Ganghua Smart Energy (1083.HK) In-depth Research: Potential Industrial and Commercial Distributed Photovoltaics Leader

華泰證券 ·  Mar 24, 2022 16:57  · Researches

Renewable energy to create a second growth curve; maintain the "buy" rating, raise the target price we are optimistic that Hong Kong China Smart Energy (Hong Kong China) will become a domestic industrial and commercial distributed photovoltaic leading enterprise, by 2025 cumulative development / grid-connected installed capacity is expected to reach 15/8GW, market share of about 12%. We expect synergy between the company's renewable energy business and the city gas business, which will provide stable industrial and commercial customer resources and operating cash flow.
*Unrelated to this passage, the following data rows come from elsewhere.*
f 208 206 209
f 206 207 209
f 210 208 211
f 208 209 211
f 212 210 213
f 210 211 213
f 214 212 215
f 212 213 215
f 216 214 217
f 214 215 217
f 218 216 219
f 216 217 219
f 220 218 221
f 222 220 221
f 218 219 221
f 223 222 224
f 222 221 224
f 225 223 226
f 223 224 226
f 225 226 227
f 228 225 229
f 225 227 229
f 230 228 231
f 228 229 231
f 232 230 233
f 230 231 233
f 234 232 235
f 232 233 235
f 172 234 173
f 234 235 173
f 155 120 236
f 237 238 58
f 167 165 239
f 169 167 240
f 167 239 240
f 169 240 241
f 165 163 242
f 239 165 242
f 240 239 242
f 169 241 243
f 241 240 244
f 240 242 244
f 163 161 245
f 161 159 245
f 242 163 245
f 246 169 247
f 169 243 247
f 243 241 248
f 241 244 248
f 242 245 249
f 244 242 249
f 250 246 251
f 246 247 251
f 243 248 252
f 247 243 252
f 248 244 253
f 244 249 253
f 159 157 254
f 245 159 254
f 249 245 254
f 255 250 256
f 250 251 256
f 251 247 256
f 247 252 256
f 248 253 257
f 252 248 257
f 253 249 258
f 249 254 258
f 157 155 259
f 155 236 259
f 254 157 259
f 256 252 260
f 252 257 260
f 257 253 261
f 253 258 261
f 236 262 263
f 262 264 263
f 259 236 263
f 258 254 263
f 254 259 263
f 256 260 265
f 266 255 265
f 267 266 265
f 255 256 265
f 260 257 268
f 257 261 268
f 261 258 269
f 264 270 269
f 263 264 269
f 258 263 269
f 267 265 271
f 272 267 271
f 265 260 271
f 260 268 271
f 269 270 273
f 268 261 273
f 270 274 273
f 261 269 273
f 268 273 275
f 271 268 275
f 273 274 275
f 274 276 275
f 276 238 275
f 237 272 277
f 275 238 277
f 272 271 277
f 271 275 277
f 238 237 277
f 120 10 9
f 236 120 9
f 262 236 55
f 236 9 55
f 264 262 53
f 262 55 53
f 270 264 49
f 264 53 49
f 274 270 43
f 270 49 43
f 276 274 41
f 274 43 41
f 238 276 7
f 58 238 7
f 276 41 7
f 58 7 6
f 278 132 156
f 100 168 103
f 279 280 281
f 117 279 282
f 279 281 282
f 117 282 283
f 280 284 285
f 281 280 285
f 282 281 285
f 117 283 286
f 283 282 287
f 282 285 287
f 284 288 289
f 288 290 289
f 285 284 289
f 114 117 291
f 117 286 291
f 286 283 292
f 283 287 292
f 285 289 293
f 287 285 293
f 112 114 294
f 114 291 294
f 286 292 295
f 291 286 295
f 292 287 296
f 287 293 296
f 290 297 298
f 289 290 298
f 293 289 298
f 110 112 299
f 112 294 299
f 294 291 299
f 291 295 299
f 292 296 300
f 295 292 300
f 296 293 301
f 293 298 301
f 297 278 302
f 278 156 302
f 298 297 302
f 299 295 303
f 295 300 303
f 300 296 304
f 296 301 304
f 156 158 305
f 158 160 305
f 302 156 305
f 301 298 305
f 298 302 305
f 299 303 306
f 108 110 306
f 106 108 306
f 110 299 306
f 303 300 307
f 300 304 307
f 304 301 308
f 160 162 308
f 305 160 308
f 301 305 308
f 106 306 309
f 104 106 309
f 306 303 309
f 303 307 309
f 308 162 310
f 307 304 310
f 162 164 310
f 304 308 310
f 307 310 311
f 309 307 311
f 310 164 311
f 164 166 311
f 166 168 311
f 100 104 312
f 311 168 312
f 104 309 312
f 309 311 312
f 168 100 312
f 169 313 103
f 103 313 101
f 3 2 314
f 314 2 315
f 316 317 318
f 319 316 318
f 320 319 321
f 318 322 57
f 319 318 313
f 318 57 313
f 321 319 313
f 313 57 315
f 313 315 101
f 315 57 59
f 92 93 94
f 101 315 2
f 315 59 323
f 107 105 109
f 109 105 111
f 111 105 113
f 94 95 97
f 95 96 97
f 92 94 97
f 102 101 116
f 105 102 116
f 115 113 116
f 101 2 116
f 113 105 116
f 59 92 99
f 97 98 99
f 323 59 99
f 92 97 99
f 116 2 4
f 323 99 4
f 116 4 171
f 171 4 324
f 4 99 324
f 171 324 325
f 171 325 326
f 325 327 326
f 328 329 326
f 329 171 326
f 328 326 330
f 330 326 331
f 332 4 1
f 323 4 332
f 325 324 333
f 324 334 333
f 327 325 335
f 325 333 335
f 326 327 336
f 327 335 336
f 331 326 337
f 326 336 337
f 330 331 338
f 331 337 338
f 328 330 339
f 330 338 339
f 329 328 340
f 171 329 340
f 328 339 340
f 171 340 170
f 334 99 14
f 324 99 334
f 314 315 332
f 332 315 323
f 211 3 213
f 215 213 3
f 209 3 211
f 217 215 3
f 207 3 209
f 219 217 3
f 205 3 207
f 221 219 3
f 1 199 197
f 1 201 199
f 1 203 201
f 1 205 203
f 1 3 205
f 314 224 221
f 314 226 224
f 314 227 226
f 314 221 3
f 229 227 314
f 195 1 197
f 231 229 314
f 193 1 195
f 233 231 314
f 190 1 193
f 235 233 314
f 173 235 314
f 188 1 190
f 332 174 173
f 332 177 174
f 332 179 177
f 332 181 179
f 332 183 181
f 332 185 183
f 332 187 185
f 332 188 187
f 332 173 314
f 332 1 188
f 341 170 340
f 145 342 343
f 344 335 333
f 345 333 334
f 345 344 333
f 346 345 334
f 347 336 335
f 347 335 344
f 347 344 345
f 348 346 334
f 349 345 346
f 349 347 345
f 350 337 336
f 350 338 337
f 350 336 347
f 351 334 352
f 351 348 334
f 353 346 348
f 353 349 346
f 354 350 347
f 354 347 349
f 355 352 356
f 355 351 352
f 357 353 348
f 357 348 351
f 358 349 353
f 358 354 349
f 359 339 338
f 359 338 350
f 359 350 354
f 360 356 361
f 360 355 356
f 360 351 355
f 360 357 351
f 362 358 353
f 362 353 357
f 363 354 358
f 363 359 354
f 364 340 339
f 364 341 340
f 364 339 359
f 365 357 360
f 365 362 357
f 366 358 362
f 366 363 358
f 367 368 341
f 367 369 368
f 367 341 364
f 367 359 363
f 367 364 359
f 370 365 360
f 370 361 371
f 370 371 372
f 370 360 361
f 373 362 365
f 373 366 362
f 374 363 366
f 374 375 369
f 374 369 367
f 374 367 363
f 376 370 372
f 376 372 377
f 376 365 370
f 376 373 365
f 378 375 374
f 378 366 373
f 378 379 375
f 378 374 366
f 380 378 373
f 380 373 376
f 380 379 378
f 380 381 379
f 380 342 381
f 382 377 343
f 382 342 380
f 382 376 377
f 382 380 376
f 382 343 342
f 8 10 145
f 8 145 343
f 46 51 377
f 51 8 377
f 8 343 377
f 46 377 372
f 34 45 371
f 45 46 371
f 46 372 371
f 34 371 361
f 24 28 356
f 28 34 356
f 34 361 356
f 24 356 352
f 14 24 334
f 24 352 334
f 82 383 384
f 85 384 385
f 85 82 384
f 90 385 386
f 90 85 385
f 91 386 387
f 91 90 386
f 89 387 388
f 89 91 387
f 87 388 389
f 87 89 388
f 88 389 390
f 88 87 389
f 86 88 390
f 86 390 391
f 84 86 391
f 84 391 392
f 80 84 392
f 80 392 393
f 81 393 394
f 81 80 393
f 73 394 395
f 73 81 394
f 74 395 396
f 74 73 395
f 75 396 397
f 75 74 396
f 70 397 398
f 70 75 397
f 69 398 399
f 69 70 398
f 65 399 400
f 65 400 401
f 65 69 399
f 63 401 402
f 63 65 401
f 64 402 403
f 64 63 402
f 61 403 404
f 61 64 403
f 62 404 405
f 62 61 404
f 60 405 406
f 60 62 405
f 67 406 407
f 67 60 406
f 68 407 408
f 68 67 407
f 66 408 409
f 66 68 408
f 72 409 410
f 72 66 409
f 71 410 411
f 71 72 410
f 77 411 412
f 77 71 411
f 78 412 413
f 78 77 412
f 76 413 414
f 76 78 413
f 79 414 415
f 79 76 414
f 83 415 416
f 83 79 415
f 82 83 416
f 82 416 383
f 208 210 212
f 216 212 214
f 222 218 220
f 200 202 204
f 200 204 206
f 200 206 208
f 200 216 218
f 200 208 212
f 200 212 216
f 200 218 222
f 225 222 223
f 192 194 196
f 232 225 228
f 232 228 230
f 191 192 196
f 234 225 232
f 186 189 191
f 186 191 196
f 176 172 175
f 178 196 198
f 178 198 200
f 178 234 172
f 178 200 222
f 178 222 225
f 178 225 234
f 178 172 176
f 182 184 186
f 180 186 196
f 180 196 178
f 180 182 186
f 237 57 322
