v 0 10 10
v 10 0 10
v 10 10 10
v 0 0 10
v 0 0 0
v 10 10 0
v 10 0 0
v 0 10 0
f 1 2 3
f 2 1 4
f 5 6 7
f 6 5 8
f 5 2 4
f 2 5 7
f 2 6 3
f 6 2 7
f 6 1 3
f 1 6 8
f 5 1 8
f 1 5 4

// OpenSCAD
// [FarmRTK PARAMS BEGIN]
// AUTO-SYNCED - run parse_cad_params.ps1 after editing @part_id@.md
/* [Export] */
PART = "all"; // [all, body]
/* [Visibility] */
SHOW_BASE = true;
// [FarmRTK PARAMS END]

// FarmRTK @part_id@ - parametric part (single-file)
// Params MUST stay at top of file (lines 1-8) for OpenSCAD Customizer

$fn = 48;

module part_body() {
    color("RoyalBlue") cube([10, 10, 10]);
}

if (PART == "all") {
    part_body();
} else {
    part_body();
}

echo(str("FarmRTK @part_id@ PART=", PART));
We expect the 2022-2024 net return profit to be HK $1.76 billion / 2.27 billion / 2.93 billion (previous value: HK $1.74 billion / 2.21 billion / 2.83 billion). Based on the SOTP valuation, we give the company's renewable energy / city gas business 12x PE in 2022 (net profit of HK $150 million / 1.606 billion) and a target market capitalization of HK $23 billion in 2022, corresponding to the target price of HK $7.29m. Reiterate the "buy" rating.

It has great potential to become the leader of industrial and commercial distributed photovoltaic.

In September 2021, Hong Kong China Smart Energy formally put forward the strategy of "zero-carbon smart park". The company plans to lock up a total of 200 industrial park resources by 2025, planning a distributed photovoltaic installed scale of 15GW, of which 2022 and 2023 will lock a total of 120 industrial parks with a planned photovoltaic installed scale of 6/9GW. The company relies on three major advantages to develop distributed photovoltaic business: 1) establish a solid relationship of mutual trust with local governments; 2) have long-term service experience in industrial parks and customers; and 3) account for the highest proportion of industrial and commercial customers in the urban gas industry. We expect the return net profit of the renewable energy business to be HK $150 million / 600 million / 1.2 billion in 2022-2024 and is expected to surpass that of city gas in 2025.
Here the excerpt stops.